= Brief =
In how many lines of the listing below does "VECTOR" appear? Give only the figure.

Provided information START

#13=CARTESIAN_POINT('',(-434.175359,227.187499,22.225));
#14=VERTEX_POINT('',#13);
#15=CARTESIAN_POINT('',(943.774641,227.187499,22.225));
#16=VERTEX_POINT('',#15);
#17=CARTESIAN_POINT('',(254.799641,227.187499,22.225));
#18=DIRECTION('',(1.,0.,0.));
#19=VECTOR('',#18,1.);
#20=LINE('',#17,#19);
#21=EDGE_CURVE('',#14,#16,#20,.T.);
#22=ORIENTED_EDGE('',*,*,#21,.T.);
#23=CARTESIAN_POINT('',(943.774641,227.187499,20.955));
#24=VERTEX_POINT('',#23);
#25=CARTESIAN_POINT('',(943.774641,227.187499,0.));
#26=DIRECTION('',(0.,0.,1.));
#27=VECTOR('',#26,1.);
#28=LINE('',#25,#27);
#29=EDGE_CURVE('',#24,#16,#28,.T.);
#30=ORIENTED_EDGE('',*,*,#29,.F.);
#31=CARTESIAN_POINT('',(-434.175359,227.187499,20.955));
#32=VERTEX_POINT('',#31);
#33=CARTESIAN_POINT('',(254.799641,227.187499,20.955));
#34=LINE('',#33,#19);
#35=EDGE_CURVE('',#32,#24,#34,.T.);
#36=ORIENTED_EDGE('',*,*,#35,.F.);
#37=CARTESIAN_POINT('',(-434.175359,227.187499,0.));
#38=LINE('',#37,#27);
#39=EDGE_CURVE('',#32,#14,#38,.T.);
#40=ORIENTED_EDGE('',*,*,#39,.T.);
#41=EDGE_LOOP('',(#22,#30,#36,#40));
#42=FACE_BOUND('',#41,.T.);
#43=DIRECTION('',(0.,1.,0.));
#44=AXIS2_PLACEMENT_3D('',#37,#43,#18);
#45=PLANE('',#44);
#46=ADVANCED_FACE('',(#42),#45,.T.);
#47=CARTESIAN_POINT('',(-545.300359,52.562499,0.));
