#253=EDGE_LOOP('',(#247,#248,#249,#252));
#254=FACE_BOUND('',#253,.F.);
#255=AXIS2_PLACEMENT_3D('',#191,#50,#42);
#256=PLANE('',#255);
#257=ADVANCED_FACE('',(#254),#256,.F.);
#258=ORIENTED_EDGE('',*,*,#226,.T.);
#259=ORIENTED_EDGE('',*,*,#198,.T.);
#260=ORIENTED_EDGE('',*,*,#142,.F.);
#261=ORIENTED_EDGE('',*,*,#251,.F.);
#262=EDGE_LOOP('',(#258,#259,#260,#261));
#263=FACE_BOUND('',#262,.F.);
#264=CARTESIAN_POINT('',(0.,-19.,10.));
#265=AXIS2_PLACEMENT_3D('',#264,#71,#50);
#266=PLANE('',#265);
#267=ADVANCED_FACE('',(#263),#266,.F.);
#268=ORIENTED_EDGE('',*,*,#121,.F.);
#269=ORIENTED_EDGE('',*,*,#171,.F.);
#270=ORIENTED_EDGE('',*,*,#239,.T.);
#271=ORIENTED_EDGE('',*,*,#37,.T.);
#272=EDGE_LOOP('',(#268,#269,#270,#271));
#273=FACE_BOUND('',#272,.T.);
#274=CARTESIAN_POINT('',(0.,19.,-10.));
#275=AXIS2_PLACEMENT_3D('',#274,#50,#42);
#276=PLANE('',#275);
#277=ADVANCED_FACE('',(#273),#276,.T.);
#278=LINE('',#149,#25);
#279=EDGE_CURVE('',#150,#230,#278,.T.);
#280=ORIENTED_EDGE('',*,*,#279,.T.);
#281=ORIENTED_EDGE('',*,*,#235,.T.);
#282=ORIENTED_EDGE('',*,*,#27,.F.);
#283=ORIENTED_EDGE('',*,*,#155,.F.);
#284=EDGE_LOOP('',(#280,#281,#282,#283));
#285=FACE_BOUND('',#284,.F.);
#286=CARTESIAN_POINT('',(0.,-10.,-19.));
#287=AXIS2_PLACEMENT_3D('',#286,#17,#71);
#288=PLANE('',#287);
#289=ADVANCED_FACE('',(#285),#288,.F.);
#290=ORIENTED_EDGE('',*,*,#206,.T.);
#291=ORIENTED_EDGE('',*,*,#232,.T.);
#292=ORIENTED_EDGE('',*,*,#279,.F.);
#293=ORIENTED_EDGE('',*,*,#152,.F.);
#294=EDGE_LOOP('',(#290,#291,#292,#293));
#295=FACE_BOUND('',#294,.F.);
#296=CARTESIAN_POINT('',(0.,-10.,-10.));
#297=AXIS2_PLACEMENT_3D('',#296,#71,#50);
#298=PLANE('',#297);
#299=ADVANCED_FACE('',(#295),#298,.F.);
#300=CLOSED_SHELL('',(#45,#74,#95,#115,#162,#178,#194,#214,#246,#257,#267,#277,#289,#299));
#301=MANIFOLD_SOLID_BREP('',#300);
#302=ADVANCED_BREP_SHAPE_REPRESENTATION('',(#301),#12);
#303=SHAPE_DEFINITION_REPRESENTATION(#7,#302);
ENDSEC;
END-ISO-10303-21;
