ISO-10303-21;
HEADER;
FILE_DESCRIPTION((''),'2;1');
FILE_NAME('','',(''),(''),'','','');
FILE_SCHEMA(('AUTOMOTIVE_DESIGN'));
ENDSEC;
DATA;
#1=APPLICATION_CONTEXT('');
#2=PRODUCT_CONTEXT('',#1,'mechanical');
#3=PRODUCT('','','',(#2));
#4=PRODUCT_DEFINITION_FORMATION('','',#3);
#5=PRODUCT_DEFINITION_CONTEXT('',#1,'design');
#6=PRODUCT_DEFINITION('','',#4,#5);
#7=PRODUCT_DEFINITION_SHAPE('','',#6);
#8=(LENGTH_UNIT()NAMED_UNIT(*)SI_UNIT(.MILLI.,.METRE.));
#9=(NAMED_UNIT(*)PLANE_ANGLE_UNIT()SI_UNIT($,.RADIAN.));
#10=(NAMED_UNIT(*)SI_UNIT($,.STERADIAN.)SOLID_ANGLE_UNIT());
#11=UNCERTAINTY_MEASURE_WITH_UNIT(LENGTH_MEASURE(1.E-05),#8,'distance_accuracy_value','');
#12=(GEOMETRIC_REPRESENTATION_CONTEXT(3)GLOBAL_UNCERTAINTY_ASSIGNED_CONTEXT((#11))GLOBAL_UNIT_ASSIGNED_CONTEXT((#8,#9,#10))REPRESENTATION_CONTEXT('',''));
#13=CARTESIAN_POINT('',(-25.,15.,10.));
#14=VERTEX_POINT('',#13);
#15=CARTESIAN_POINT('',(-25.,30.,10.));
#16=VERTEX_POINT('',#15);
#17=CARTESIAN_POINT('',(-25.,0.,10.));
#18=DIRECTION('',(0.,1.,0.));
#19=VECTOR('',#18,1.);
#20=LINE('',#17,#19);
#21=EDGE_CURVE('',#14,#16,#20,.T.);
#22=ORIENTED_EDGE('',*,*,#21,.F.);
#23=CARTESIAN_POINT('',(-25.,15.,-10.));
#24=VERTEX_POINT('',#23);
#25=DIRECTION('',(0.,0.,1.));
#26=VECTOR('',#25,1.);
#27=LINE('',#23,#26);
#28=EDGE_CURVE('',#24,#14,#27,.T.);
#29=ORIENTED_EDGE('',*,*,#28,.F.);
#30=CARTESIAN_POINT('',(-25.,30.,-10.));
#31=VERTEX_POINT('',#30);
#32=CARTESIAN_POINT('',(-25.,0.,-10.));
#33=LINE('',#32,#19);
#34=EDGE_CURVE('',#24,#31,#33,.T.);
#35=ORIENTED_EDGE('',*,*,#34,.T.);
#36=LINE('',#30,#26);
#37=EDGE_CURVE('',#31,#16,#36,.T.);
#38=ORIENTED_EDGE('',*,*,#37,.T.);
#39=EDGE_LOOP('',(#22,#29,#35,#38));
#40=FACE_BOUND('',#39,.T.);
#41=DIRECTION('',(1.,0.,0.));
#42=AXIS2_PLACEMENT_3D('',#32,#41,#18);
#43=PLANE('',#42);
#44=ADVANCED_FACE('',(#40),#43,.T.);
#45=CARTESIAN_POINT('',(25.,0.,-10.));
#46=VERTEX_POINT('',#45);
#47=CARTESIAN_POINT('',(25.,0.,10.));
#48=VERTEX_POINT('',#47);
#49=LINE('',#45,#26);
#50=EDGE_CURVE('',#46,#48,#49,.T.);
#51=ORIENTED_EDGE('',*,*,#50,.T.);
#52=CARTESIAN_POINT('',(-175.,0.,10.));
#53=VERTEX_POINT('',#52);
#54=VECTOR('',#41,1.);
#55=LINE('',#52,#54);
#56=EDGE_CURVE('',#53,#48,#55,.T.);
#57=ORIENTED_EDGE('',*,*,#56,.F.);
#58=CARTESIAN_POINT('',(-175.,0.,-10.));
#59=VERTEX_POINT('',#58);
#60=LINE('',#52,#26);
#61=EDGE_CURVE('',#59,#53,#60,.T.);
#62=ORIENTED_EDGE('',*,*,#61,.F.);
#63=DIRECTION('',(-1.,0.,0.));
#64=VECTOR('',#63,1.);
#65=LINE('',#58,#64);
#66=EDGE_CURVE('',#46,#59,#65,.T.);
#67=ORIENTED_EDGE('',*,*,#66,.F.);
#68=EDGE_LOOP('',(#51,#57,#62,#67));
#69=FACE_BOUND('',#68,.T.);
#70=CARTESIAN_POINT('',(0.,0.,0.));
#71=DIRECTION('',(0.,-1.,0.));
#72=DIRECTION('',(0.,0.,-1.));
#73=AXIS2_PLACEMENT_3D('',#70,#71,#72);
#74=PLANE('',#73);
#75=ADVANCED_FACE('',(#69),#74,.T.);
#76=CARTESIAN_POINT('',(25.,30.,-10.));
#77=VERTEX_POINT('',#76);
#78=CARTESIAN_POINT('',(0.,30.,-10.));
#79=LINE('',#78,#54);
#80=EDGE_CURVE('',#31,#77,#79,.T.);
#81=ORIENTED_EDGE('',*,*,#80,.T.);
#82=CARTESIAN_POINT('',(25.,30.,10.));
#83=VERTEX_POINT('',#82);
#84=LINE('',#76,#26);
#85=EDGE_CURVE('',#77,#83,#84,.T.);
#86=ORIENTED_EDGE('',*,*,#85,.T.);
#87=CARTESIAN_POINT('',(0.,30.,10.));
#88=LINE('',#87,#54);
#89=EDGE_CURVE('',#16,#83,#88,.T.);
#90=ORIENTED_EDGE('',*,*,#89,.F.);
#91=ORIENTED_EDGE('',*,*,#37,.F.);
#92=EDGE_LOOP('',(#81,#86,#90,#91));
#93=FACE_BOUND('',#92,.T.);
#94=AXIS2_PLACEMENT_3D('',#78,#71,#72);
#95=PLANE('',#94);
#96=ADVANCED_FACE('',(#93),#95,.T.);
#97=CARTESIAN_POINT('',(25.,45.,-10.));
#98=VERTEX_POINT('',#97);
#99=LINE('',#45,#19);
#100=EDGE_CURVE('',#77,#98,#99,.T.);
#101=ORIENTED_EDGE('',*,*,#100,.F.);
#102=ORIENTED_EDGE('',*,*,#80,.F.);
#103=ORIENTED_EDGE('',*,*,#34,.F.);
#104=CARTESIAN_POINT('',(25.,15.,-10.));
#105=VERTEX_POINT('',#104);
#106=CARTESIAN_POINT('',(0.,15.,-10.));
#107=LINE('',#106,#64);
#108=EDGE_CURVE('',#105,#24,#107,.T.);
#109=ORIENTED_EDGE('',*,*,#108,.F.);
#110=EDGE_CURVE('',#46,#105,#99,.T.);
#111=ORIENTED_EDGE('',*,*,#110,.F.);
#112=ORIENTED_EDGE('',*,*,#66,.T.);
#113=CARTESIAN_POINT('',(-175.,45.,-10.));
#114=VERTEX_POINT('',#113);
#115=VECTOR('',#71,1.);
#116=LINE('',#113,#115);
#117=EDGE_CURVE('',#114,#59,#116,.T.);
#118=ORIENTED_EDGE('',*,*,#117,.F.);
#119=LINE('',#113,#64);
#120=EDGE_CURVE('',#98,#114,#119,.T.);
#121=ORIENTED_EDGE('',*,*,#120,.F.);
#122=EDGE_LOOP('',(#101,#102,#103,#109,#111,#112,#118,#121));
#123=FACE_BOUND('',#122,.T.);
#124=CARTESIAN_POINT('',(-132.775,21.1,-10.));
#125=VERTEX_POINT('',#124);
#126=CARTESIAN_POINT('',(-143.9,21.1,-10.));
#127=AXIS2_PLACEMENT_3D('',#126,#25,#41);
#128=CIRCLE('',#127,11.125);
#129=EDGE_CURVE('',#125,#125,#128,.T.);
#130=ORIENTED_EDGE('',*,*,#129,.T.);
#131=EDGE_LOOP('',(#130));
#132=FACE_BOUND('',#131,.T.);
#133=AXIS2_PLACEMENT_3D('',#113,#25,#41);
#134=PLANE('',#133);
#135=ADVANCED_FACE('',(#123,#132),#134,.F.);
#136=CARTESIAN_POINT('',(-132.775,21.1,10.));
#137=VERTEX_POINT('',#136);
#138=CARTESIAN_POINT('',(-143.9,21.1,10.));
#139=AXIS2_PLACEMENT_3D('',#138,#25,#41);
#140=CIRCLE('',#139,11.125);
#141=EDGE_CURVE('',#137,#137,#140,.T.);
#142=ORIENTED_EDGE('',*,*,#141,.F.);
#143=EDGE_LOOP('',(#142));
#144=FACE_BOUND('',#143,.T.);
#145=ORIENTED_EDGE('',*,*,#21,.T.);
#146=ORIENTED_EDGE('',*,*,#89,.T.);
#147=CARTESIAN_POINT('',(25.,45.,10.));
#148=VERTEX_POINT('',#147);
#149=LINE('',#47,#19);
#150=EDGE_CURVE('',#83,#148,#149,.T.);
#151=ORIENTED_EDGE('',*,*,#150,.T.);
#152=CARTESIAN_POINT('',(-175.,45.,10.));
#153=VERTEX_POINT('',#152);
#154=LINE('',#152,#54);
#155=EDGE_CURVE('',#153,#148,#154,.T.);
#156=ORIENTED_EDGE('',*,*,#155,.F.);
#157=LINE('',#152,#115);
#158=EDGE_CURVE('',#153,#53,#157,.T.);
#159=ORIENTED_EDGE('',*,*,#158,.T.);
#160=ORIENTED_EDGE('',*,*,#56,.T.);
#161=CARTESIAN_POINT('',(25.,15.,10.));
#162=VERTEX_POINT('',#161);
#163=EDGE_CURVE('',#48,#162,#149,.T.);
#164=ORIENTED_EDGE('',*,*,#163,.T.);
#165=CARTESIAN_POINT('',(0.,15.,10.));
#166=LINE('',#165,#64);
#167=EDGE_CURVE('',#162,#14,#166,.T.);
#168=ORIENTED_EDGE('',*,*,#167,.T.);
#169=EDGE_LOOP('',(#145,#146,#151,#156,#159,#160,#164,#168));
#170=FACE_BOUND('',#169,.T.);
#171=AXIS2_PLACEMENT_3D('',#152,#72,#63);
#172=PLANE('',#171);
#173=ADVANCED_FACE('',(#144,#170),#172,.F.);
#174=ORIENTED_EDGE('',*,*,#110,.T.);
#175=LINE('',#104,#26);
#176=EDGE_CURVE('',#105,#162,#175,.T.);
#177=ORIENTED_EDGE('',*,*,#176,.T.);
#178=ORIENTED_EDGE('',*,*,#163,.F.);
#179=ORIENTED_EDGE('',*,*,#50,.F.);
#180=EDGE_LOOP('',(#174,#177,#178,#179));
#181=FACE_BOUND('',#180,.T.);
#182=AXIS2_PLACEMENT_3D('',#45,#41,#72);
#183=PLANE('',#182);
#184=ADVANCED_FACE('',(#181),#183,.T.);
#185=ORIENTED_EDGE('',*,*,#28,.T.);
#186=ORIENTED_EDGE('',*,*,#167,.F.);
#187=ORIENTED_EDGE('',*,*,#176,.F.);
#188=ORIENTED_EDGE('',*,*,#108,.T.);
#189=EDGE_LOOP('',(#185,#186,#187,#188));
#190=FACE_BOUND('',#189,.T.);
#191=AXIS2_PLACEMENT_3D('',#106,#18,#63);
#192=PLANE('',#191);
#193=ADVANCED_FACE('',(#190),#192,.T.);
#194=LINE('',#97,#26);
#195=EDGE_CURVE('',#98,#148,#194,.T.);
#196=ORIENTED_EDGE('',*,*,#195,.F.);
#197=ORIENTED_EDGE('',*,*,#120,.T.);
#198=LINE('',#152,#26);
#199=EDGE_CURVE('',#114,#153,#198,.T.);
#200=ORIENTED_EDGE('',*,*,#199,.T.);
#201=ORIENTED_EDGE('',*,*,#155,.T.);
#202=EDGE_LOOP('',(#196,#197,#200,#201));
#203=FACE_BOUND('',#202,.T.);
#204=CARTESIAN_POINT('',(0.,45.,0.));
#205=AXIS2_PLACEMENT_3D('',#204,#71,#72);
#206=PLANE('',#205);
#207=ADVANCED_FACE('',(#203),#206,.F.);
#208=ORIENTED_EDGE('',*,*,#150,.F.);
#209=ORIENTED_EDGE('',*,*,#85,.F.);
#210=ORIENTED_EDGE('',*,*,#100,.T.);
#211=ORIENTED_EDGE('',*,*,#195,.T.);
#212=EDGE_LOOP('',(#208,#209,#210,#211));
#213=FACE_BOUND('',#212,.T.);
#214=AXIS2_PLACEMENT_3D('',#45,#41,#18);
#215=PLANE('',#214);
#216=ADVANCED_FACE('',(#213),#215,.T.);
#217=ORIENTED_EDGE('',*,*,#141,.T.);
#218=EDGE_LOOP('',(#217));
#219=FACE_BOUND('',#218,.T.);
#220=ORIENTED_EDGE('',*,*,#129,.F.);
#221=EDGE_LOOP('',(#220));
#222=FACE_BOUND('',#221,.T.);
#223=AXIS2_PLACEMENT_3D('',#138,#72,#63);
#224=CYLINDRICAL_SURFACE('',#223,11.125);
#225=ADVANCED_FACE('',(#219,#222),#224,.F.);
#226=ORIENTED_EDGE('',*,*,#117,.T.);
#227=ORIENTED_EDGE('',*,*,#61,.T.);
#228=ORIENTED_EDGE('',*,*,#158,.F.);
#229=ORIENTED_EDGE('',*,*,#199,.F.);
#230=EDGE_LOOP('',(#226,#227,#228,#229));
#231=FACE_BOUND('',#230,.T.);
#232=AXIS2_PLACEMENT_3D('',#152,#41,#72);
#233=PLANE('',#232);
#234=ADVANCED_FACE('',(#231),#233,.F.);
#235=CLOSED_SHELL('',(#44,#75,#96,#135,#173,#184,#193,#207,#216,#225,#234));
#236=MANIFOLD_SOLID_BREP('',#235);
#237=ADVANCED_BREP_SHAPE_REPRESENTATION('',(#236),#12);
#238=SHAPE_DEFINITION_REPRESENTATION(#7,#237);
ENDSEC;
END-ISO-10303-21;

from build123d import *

# Parameters (mm, degrees)
CROQUIS1_W              = 350
CROQUIS1_H              = 20
SALIENTE_EXTRUIR1_DEPTH = 45
CROQUIS2_R              = 11.125
CORTAR_EXTRUIR1_DEPTH   = 182.796589627
CROQUIS3_R              = 11.125
CORTAR_EXTRUIR2_DEPTH   = 182.796589627


with BuildPart() as part:
    # Croquis1 → Saliente-Extruir1 (new body)
    with BuildSketch(Plane(origin=(0, 0, 0), x_dir=(1, 0, 0), z_dir=(0, 1, 0))):
        Rectangle(CROQUIS1_W, CROQUIS1_H)
    extrude(amount=SALIENTE_EXTRUIR1_DEPTH)

    # Croquis2 → Cortar-Extruir1 (cut, through all)
    with BuildSketch(Plane(origin=(0, 0, -10), x_dir=(-1, 0, 0), z_dir=(0, 0, -1))):
        with Locations((-143.9, 21.1)):
            Circle(CROQUIS2_R)
    cortar_extruir1 = extrude(amount=-CORTAR_EXTRUIR1_DEPTH, mode=Mode.SUBTRACT)

    # Simetría1: Cortar-Extruir1 across plane
    add(cortar_extruir1.mirror(Plane(origin=(0, 0, 0), x_dir=(0, 0, 1), z_dir=(1, 0, 0))), mode=Mode.SUBTRACT)

    # Croquis3 → Cortar-Extruir2 (cut, through all)
    with BuildSketch(Plane.XY.offset(10)):
        Polygon((25, 15), (25, 0), (175, 0), (175, 45), (25, 45), (25, 30), (-25, 30), (-25, 15), align=None)
        with Locations((143.9, 21.1)):
            Circle(CROQUIS3_R, mode=Mode.SUBTRACT)
    extrude(amount=-CORTAR_EXTRUIR2_DEPTH, mode=Mode.SUBTRACT)


solid = part.part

Provided information END

= Answer to this exercise =
7